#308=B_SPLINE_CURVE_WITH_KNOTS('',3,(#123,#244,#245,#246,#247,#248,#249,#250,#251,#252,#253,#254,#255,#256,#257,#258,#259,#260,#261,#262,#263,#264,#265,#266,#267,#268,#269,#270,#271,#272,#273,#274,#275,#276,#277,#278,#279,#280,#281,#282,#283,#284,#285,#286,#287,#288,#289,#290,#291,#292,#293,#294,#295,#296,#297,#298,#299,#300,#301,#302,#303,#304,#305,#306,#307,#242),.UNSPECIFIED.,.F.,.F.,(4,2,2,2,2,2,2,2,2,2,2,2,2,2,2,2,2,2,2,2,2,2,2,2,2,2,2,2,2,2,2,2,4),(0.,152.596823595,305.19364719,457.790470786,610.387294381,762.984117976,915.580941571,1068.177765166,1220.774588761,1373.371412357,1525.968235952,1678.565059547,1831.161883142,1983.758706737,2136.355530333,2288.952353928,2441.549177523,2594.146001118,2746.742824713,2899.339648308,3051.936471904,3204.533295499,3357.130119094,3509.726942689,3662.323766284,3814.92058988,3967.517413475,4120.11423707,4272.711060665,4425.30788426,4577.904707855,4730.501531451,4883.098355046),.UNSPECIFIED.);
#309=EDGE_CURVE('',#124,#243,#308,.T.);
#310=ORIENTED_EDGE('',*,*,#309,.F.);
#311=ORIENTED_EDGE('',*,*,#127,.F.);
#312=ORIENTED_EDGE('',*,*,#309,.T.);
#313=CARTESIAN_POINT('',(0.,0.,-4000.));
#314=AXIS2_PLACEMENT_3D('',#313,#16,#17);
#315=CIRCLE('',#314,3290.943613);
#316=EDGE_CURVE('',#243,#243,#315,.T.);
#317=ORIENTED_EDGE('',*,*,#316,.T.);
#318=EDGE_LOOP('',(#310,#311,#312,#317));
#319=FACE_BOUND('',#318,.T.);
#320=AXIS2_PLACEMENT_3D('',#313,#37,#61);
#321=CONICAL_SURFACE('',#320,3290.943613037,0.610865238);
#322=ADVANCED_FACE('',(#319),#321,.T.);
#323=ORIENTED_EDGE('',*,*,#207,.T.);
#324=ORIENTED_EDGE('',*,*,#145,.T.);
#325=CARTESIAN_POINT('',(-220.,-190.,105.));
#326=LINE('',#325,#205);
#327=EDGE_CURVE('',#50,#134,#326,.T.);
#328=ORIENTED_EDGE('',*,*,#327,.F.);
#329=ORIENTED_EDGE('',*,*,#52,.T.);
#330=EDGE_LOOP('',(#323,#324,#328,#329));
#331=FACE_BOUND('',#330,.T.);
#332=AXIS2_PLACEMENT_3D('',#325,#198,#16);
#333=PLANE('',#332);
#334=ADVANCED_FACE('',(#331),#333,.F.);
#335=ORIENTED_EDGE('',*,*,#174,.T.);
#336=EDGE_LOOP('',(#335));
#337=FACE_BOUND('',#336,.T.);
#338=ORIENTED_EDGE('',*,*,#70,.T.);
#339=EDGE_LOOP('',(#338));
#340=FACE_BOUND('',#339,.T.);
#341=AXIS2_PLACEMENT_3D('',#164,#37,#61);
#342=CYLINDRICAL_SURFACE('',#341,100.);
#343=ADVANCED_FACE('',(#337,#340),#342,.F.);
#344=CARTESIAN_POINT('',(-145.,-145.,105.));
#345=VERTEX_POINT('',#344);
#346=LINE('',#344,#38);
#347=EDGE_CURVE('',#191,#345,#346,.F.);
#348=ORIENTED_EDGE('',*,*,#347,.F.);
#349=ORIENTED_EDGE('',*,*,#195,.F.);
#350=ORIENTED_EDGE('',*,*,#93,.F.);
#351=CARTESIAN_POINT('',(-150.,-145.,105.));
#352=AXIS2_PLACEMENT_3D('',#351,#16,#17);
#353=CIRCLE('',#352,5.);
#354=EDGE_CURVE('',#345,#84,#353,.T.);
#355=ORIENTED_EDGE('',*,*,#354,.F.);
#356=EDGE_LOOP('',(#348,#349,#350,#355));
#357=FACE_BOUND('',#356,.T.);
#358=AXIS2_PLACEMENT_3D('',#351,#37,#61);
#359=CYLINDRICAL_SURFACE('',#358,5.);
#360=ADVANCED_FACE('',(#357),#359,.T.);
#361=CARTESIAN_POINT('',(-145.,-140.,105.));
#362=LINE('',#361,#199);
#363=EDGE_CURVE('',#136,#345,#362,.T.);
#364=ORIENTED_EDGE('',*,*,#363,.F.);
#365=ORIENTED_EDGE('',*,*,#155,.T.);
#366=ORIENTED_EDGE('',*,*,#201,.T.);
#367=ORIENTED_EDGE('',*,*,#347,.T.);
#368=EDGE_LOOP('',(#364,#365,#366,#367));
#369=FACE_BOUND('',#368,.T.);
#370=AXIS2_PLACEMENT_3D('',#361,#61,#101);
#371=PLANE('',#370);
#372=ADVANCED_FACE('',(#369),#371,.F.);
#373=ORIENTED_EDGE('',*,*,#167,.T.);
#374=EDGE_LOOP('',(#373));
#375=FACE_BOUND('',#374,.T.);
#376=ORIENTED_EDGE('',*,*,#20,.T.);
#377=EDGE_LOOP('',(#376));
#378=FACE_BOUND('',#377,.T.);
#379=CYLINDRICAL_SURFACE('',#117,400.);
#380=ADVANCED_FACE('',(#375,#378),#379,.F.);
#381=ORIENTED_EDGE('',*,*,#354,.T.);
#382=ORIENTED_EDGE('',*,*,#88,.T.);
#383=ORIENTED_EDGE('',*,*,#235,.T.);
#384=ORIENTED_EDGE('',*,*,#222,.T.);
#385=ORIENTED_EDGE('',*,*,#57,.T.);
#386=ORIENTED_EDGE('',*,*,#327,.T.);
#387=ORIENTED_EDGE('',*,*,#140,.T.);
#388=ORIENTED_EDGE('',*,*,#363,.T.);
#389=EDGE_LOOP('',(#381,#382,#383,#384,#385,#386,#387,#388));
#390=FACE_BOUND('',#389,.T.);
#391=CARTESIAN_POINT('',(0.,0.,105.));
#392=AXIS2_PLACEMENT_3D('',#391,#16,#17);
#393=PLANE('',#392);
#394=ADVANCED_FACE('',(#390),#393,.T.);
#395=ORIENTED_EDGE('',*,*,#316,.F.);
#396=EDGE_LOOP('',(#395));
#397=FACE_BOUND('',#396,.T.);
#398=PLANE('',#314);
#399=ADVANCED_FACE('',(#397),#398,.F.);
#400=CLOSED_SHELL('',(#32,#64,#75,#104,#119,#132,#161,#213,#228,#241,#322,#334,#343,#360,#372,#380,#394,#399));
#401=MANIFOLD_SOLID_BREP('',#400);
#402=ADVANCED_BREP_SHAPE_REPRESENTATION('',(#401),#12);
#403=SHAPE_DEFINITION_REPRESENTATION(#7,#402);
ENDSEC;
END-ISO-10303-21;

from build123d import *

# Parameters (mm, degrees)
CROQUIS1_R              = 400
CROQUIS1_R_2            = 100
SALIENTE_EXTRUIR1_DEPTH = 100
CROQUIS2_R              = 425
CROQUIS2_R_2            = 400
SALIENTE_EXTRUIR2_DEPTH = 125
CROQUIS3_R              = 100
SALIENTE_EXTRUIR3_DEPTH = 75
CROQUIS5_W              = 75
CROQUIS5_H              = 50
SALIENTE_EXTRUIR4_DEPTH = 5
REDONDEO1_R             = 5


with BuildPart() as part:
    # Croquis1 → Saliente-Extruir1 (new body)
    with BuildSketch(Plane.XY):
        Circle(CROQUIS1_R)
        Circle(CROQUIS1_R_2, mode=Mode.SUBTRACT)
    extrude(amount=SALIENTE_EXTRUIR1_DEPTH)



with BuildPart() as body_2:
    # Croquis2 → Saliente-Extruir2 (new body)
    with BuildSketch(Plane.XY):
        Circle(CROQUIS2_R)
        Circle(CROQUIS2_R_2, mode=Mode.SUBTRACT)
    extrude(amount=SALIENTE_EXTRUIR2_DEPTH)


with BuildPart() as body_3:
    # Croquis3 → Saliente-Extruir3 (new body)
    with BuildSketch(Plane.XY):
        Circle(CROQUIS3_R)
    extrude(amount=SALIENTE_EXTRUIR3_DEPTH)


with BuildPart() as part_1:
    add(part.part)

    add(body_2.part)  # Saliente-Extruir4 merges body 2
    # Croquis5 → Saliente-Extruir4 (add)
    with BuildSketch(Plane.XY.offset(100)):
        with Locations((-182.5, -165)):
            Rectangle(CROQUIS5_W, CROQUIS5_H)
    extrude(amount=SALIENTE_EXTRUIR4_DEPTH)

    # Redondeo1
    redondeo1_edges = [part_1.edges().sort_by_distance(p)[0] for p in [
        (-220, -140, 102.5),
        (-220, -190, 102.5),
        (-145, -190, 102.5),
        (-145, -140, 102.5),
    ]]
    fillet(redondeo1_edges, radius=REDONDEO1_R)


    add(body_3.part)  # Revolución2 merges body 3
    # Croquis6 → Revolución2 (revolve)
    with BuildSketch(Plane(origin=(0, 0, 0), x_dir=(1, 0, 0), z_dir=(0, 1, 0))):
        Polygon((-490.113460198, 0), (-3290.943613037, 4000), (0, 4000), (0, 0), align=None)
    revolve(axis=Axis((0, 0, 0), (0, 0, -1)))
# # # # # # #
EXERCISE BRIEF:
Of the entries above, repeat exactly the lines between the line with "redondeo1_edges = [part_1.edges().sort_by_distance(p)[0]" and the line with "merges body 3", inclusive, and no others.

EXERCISE SOLUTION:
    redondeo1_edges = [part_1.edges().sort_by_distance(p)[0] for p in [
        (-220, -140, 102.5),
        (-220, -190, 102.5),
        (-145, -190, 102.5),
        (-145, -140, 102.5),
    ]]
    fillet(redondeo1_edges, radius=REDONDEO1_R)


    add(body_3.part)  # Revolución2 merges body 3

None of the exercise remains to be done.